Un país donde cada día hay una media de 500 denuncias por violencia de género. Y explican los cuerpos policiales que los delitos relacionados con las violencias machistas son los más infradenunciados por numerosas razones como el miedo a denunciar, el temor a las represalias, la dependencia económica o emocional del agresor, la falta de confianza en el sistema, la vergüenza, el estigma social, la dificultad para obtener pruebas o el temor a no ser creídas.

Económica, psicológica, institucional, vicaria, digital, sexual... son múltiples las formas que adopta la violencia machista y eso hace casi imposible que mujeres y niñas escapen a alguna de ellas, ya sea en el ámbito familiar, laboral, social o sexual.

Especialistas insisten en que la lucha contra las violencias hacia las mujeres debe ser un compromiso colectivo y permanente con los derechos humanos, con la democracia y con la dignidad de las personas, un compromiso que, desde el mundo del arte, la comunicación y la cultura numerosas mujeres lo han asumido en primera persona. Estas son algunas de ellas:

Natalia Lacunza, cantante y compositora

La artista, Natalia Lacunza asegura que su propia experiencia vital como mujer y como persona pública es lo que la ha llevado a "expresar la necesidad de un cambio" y a "reivindicar los derechos de las mujeres y las desigualdades que vivimos día a día".

Cantante y compositora, Lacunza habla en sus canciones de relaciones tóxicas, machismo y violencia y, días después de presentar su segundo LP, N2STAL5IA, asegura a Efeminista que "es inevitable hablar desde lo que te ha pasado" y añade que con su música quiere conseguir que quien haya pasado por algún episodio de violencia "se pueda apoyar y sentirse identificada con eso que me pasa a mí como persona pública y que les pasa a todas las demás".

Se trata de "una cuestión de supervivencia y de propia expresión", asevera, y considera que "dentro de la libertad coartada que tenemos", ponerle palabras a esto es "algo muy valioso", "un pasito hacia el reconocimiento total" de las violencias que afectan a mujeres y niñas.

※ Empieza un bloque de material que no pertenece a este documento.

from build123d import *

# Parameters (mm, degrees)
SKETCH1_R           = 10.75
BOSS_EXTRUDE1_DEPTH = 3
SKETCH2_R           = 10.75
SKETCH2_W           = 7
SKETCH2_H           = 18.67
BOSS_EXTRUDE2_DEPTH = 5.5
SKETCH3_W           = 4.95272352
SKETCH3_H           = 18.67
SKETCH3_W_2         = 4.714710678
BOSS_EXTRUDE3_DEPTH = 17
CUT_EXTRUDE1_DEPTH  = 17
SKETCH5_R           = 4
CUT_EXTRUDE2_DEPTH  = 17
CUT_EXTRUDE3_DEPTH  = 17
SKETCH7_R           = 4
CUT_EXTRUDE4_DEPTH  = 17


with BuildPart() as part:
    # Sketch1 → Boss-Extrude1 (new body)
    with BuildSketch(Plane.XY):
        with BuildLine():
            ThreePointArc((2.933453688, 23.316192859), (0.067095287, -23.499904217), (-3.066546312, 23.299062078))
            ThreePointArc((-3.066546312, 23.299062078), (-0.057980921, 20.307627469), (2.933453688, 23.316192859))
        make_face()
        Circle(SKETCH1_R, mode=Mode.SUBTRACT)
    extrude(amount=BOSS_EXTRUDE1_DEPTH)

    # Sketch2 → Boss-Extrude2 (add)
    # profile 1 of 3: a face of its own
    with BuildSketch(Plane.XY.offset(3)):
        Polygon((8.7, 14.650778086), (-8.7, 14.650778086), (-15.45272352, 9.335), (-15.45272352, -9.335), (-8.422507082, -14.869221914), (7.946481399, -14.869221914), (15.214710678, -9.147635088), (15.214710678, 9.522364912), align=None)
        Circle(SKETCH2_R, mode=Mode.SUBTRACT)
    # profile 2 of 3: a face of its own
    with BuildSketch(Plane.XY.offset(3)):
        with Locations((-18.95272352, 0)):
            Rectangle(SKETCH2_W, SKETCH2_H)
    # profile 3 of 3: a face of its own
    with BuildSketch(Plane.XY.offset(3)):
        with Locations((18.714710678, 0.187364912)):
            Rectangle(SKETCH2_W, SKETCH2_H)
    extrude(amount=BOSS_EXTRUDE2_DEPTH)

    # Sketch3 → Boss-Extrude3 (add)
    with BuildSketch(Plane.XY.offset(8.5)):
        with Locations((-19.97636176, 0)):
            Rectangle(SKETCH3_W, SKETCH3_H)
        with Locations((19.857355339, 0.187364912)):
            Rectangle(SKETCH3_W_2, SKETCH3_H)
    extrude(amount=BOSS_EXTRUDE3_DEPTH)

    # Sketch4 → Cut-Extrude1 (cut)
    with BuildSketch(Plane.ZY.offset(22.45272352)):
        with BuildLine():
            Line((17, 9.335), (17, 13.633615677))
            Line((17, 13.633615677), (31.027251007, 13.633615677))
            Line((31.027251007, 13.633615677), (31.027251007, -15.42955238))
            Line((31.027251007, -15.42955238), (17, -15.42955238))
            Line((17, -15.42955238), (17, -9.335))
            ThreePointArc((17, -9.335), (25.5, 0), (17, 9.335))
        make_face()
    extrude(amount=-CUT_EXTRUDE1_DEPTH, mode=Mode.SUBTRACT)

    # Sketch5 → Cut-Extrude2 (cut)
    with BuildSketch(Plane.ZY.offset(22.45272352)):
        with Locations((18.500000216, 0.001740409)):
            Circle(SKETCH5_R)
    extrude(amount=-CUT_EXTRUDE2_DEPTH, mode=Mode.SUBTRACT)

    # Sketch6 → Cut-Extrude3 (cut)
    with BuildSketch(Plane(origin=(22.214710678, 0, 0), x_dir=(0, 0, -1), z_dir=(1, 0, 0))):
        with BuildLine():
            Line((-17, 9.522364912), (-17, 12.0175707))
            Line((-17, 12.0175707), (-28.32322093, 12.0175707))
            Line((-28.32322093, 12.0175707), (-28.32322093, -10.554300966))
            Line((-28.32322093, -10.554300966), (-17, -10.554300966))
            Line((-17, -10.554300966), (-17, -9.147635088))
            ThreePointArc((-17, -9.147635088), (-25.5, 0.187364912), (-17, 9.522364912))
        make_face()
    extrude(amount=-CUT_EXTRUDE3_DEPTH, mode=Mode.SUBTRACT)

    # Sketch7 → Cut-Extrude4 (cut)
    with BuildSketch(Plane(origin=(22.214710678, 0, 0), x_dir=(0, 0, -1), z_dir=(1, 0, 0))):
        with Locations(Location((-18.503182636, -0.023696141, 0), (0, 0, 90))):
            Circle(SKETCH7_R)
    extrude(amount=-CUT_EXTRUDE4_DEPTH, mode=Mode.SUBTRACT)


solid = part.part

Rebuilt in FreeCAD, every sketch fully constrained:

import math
import FreeCAD as App
import Part
import Sketcher
Q = App.Units.Quantity

doc = App.newDocument("Part")
params = doc.addObject("Spreadsheet::Sheet", "Params")
for row, (alias, value) in enumerate([
    ("sketch1_diameter", "21.5 mm"),
    ("sketch1_radius", "23.5 mm"),
    ("sketch1_width", "3 mm"),
    ("pad1_length", "3 mm"),
    ("sketch2_diameter", "21.5 mm"),
    ("sketch2_width", "7 mm"),
    ("sketch2_width2", "17.4 mm"),
    ("sketch2_height", "18.67 mm"),
    ("pad2_length", "5.5 mm"),
    ("sketch3_height", "18.67 mm"),
    ("pad3_length", "17 mm"),
    ("pocket1_length", "17 mm"),
    ("sketch5_diameter", "8 mm"),
    ("pocket2_length", "17 mm"),
    ("pocket3_length", "17 mm"),
    ("sketch7_diameter", "8 mm"),
    ("pocket4_length", "17 mm"),
], start=1):
    params.set(f"A{row}", alias)
    params.set(f"B{row}", "=" + value)
    params.setAlias(f"B{row}", alias)

body = doc.addObject("PartDesign::Body", "Body")

# Sketch on XY plane
sketch1 = body.newObject("Sketcher::SketchObject", "Sketch")
sketch1.AttachmentSupport = (doc.getObject("XY_Plane"), [""])
sketch1.MapMode = "FlatFace"
sketch1.addGeometry([
    Part.ArcOfCircle(Part.Circle(App.Vector(0, 0, 0), App.Vector(0, 0, 1), 23.5), math.radians(97.497985), math.radians(442.829187)),
    Part.ArcOfCircle(Part.Circle(App.Vector(-0.066546, 23.307627, 0), App.Vector(0, 0, 1), 3.000012), math.radians(-179.836414), math.radians(0.163586)),
    Part.Circle(App.Vector(0, 0, 0), App.Vector(0, 0, 1), 10.75),
], False)
sketch1.addConstraint([
    Sketcher.Constraint("Coincident", 0, 1, 1, 1),
    Sketcher.Constraint("Coincident", 1, 2, 0, 2),
    Sketcher.Constraint("Coincident", 0, 3, -1, 1),
    Sketcher.Constraint("Coincident", 2, 3, -1, 1),
    Sketcher.Constraint("Diameter", 2, 21.5),
    Sketcher.Constraint("Radius", 0, 23.5),
    Sketcher.Constraint("DistanceX", 0, 1, 1, 3, 3.0),
    Sketcher.Constraint("DistanceX", 1, 3, 1, 2, 3.0),
    Sketcher.Constraint("DistanceY", 0, 1, 1, 2, 0.017131),
])
sketch1.setExpression("Constraints[4]", "Params.sketch1_diameter")
sketch1.setExpression("Constraints[5]", "Params.sketch1_radius")
sketch1.setExpression("Constraints[7]", "Params.sketch1_width")
pad1 = body.newObject("PartDesign::Pad", "Pad")
pad1.Profile = sketch1
pad1.setExpression("Length", "Params.pad1_length")

# Sketch on XY plane
sketch2 = body.newObject("Sketcher::SketchObject", "Sketch001")
sketch2.AttachmentSupport = (doc.getObject("XY_Plane"), [""])
sketch2.MapMode = "FlatFace"
sketch2.AttachmentOffset = App.Placement(App.Vector(0, 0, 3), App.Rotation())
sketch2.addGeometry([
    Part.LineSegment(App.Vector(9, 15, 0), App.Vector(-9, 15, 0)),  # 0
    Part.LineSegment(App.Vector(-9, 15, 0), App.Vector(-15, 9, 0)),  # 1
    Part.LineSegment(App.Vector(-15, 9, 0), App.Vector(-22, 9, 0)),  # 2
    Part.LineSegment(App.Vector(-22, 9, 0), App.Vector(-22, -9, 0)),  # 3
    Part.LineSegment(App.Vector(-22, -9, 0), App.Vector(-15, -9, 0)),  # 4
    Part.LineSegment(App.Vector(-15, -9, 0), App.Vector(-8, -15, 0)),  # 5
    Part.LineSegment(App.Vector(-8, -15, 0), App.Vector(8, -15, 0)),  # 6
    Part.LineSegment(App.Vector(8, -15, 0), App.Vector(15, -9, 0)),  # 7
    Part.LineSegment(App.Vector(15, -9, 0), App.Vector(22, -9, 0)),  # 8
    Part.LineSegment(App.Vector(22, -9, 0), App.Vector(22, 10, 0)),  # 9
    Part.LineSegment(App.Vector(22, 10, 0), App.Vector(15, 10, 0)),  # 10
    Part.LineSegment(App.Vector(15, 10, 0), App.Vector(9, 15, 0)),  # 11
    Part.Circle(App.Vector(0, 0, 0), App.Vector(0, 0, 1), 11),  # 12
], False)
sketch2.addConstraint([
    Sketcher.Constraint("Coincident", 0, 2, 1, 1),
    Sketcher.Constraint("Coincident", 1, 2, 2, 1),
    Sketcher.Constraint("Coincident", 2, 2, 3, 1),
    Sketcher.Constraint("Coincident", 3, 2, 4, 1),
    Sketcher.Constraint("Coincident", 4, 2, 5, 1),
    Sketcher.Constraint("Coincident", 5, 2, 6, 1),
    Sketcher.Constraint("Coincident", 6, 2, 7, 1),
    Sketcher.Constraint("Coincident", 7, 2, 8, 1),
    Sketcher.Constraint("Coincident", 8, 2, 9, 1),
    Sketcher.Constraint("Coincident", 9, 2, 10, 1),
    Sketcher.Constraint("Coincident", 10, 2, 11, 1),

Sindy Takanashi, presentadora del podcast 'Queridas Hermanas'

Sindy Takanashi, conocida creadora de contenido, fundadora de la Agencia de Genyas, presentadora del podcast Queridas hermanas y productora feminista, explica que con su trabajo pretende aportar su "granito de arena", especialmente en lo referente a la violencia sexual, "para tratar de ponerle nombre a las violencias más normalizadas" y, por lo tanto, "más invisibilizadas".

Lo hace, dice, "para intentar llegar a las personas que, incluso sin ellas mismas saberlo, sufren violencia sexual en su relaciones, o han sufrido algún tipo de violencia sexual a lo largo de su vida", personas que, pese a no saber que están siendo víctimas de esa violencia, "sí que están sufriendo las consecuencias".

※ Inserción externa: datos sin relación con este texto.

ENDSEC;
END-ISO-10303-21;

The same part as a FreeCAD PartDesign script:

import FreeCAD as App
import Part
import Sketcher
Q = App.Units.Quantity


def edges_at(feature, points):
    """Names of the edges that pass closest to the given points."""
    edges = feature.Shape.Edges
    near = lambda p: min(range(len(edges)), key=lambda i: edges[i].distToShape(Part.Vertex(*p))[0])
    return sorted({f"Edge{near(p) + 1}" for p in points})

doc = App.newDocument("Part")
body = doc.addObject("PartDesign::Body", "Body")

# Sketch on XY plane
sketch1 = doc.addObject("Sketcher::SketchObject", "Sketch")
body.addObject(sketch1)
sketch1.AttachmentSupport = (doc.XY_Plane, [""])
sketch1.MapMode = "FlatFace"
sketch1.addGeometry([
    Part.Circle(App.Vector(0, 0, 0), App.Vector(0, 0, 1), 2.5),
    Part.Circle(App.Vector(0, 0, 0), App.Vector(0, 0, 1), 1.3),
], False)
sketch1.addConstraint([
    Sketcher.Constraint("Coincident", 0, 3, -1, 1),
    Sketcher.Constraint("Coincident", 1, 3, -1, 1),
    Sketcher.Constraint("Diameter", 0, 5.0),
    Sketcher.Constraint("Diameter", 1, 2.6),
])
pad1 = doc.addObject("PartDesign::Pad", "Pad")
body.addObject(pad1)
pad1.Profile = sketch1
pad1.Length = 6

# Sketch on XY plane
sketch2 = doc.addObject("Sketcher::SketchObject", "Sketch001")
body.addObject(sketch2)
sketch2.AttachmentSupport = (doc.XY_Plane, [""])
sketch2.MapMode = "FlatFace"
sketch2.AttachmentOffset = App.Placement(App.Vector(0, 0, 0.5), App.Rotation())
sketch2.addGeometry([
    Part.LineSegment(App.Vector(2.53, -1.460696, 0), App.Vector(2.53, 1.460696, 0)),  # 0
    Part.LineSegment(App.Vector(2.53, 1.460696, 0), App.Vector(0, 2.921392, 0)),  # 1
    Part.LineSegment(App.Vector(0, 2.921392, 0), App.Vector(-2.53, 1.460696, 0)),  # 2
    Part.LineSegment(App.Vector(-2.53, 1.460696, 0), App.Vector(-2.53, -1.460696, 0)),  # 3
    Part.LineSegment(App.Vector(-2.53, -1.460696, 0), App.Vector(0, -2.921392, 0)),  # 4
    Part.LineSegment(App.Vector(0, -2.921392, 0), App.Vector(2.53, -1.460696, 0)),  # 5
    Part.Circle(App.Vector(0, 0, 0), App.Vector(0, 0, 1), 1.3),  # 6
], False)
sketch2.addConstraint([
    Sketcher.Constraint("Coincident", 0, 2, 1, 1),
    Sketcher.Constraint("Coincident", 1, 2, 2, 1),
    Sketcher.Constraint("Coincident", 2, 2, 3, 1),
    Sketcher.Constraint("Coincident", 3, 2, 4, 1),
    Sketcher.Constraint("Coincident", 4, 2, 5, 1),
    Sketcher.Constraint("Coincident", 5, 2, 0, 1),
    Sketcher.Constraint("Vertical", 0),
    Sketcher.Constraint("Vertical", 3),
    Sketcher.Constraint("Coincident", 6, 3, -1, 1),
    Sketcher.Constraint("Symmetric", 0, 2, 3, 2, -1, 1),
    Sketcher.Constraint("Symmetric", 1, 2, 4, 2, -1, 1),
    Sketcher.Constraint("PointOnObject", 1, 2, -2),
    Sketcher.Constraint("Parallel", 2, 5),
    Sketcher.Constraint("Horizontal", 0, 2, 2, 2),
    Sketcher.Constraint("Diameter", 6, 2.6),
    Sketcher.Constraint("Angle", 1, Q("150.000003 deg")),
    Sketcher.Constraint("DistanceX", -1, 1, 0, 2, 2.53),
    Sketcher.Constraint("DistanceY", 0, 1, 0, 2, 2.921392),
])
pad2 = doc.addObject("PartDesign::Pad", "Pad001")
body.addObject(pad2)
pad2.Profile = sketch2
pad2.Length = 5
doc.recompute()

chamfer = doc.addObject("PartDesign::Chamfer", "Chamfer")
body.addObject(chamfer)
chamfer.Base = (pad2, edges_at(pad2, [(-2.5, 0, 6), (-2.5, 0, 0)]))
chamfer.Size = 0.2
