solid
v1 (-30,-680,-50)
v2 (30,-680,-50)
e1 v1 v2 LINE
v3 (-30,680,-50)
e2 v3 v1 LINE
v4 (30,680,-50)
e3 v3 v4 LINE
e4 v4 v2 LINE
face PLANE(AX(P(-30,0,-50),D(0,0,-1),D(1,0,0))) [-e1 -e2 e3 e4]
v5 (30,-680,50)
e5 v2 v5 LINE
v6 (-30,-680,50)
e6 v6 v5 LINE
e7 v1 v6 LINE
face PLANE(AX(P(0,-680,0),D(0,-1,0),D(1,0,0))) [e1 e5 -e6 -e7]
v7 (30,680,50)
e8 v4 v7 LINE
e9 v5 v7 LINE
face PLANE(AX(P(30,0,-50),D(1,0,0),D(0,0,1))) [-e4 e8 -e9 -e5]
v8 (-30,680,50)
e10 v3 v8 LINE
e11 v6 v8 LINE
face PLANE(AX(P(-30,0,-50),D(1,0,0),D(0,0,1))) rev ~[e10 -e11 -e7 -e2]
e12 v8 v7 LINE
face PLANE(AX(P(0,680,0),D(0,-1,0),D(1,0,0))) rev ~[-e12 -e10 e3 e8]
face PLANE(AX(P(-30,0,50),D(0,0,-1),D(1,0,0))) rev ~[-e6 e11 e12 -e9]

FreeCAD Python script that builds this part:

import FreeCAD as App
import Part
import Sketcher

V = App.Vector
Q = App.Units.Quantity

doc = App.newDocument("Part")
body = doc.addObject("PartDesign::Body", "Body")

sketch1 = body.newObject("Sketcher::SketchObject", "Sketch")
sketch1.AttachmentSupport = (doc.getObject("XZ_Plane"), [""])
sketch1.MapMode = "FlatFace"
sketch1.addGeometry([
    Part.LineSegment(V(-30, 50, 0), V(-30, -50, 0)),
    Part.LineSegment(V(-30, -50, 0), V(30, -50, 0)),
    Part.LineSegment(V(30, -50, 0), V(30, 50, 0)),
    Part.LineSegment(V(30, 50, 0), V(-30, 50, 0)),
], False)
sketch1.addConstraint([
    Sketcher.Constraint("Coincident", 0, 2, 1, 1),
    Sketcher.Constraint("Coincident", 1, 2, 2, 1),
    Sketcher.Constraint("Coincident", 2, 2, 3, 1),
    Sketcher.Constraint("Coincident", 3, 2, 0, 1),
    Sketcher.Constraint("Vertical", 0),
    Sketcher.Constraint("Horizontal", 1),
    Sketcher.Constraint("Vertical", 2),
    Sketcher.Constraint("Horizontal", 3),
    Sketcher.Constraint("Symmetric", 0, 2, 2, 2, -1, 1),
    Sketcher.Constraint("DistanceX", 1, 1, 1, 2, Q("60 mm")),
    Sketcher.Constraint("DistanceY", 0, 2, 0, 1, Q("100 mm")),
])
pad1 = body.newObject("PartDesign::Pad", "Pad")
pad1.Profile = sketch1
pad1.Length = 1360
pad1.Midplane = True

doc.recompute()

El activismo de Sindy Takanashi nace de su experiencia como superviviente de violencia sexual, algo que ha marcado su discurso público y que refleja en trabajos como el podcast Queridas Hermanas (Podimo), un espacio en el que trata temas como la violencia machista, la maternidad o la salud mental mediante entrevistas, reflexiones y testimonios en primera persona. Además, actualmente presentar el programa ¡Señora! en Flooxer, donde da protagonismo a las mujeres mayores en diálogos sinceros y críticos.

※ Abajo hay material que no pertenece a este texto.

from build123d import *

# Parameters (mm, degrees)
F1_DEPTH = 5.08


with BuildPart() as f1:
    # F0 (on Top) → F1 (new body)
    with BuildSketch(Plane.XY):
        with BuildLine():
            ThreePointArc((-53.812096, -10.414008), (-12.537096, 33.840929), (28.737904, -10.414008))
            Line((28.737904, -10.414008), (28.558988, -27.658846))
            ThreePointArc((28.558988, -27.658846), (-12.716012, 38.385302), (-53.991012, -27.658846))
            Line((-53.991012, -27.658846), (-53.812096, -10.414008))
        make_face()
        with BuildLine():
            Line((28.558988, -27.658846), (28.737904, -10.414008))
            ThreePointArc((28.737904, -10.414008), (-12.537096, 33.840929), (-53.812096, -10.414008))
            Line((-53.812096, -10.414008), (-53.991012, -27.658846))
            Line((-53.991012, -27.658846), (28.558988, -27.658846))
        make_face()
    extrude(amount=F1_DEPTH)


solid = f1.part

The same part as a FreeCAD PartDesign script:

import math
import FreeCAD as App
import Part
import Sketcher
from FreeCAD import Vector
Q = App.Units.Quantity

doc = App.newDocument("Part")
body = doc.addObject("PartDesign::Body", "Body")

# Sketch on XY plane
sketch1 = body.newObject("Sketcher::SketchObject", "Sketch")
sketch1.AttachmentSupport = (doc.getObject("XY_Plane"), [""])
sketch1.MapMode = "FlatFace"
sketch1.addGeometry([
    Part.ArcOfCircle(Part.Circle(Vector(-13, -8, 0), Vector(0, 0, 1), 46), math.radians(-26), math.radians(206)),
    Part.LineSegment(Vector(-54, -28, 0), Vector(29, -28, 0)),
], False)
sketch1.addConstraint([
    Sketcher.Constraint("Coincident", 0, 1, 1, 2),
    Sketcher.Constraint("Coincident", 1, 1, 0, 2),
    Sketcher.Constraint("Horizontal", 1),
    Sketcher.Constraint("DistanceX", 1, 1, 1, 2, Q("3.25 in")),
    Sketcher.Constraint("Radius", 0, 45.919701),
    Sketcher.Constraint("DistanceY", 0, 3, -1, 1, 7.534399),
    Sketcher.Constraint("DistanceX", 0, 3, -1, 1, 12.716012),
])
pad1 = body.newObject("PartDesign::Pad", "Pad")
pad1.Profile = sketch1
pad1.Length = Q("0.2 in")

doc.recompute()
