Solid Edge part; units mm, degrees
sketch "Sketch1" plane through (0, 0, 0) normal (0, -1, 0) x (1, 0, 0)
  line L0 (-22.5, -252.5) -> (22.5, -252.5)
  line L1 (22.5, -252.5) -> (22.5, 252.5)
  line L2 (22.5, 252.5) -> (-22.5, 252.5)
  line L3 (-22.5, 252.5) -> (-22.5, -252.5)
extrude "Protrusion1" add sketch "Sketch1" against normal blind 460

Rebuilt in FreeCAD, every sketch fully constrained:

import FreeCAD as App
import Part
import Sketcher
from FreeCAD import Vector
Q = App.Units.Quantity

doc = App.newDocument("Part")
body = doc.addObject("PartDesign::Body", "Body")

# Sketch on XZ plane
sketch1 = body.newObject("Sketcher::SketchObject", "Sketch")
sketch1.AttachmentSupport = (doc.getObject("XZ_Plane"), [""])
sketch1.MapMode = "FlatFace"
sketch1.addGeometry(Part.LineSegment(Vector(-22.5, 252.5, 0), Vector(-22.5, -252.5, 0)), False)
sketch1.addGeometry(Part.LineSegment(Vector(-22.5, -252.5, 0), Vector(22.5, -252.5, 0)), False)
sketch1.addGeometry(Part.LineSegment(Vector(22.5, -252.5, 0), Vector(22.5, 252.5, 0)), False)
sketch1.addGeometry(Part.LineSegment(Vector(22.5, 252.5, 0), Vector(-22.5, 252.5, 0)), False)
sketch1.addConstraint(Sketcher.Constraint("Coincident", 0, 2, 1, 1))
sketch1.addConstraint(Sketcher.Constraint("Coincident", 1, 2, 2, 1))
sketch1.addConstraint(Sketcher.Constraint("Coincident", 2, 2, 3, 1))
sketch1.addConstraint(Sketcher.Constraint("Coincident", 3, 2, 0, 1))
sketch1.addConstraint(Sketcher.Constraint("Vertical", 0))
sketch1.addConstraint(Sketcher.Constraint("Horizontal", 1))
sketch1.addConstraint(Sketcher.Constraint("Vertical", 2))
sketch1.addConstraint(Sketcher.Constraint("Horizontal", 3))
sketch1.addConstraint(Sketcher.Constraint("Symmetric", 0, 2, 2, 2, -1, 1))
sketch1.addConstraint(Sketcher.Constraint("DistanceX", 1, 1, 1, 2, Q("45 mm")))
sketch1.addConstraint(Sketcher.Constraint("DistanceY", 0, 2, 0, 1, Q("505 mm")))
pad1 = body.newObject("PartDesign::Pad", "Pad")
pad1.Profile = sketch1
pad1.Length = 460
pad1.Reversed = True

doc.recompute()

Carla Galeote, divulgadora digital

Carla Galeote, divulgadora digital sobre feminismos, recuerda que lo que le hizo dar el paso de proyectarse públicamente para hablar de feminismos fue sentirse sola y pensar que las redes sociales podían ser un lugar de encuentro, de pensamiento crítico y de comunidad con otras mujeres, sobre todo ante las violencias machistas.

"Lo que me hizo dar el paso de proyectarme públicamente para hablar de feminismos fue sentirme sola en clase y sentir que las redes sociales podrían ser un espacio de construcción, de pensamiento crítico y de comunidad para que todas esas mujeres, que como yo en ese entonces, se sentían solas y no encontraban compañeras feministas, pudieran sentirse allí apoyadas y sobre todo en comunidad ante violencias machistas", explica a Efeminista.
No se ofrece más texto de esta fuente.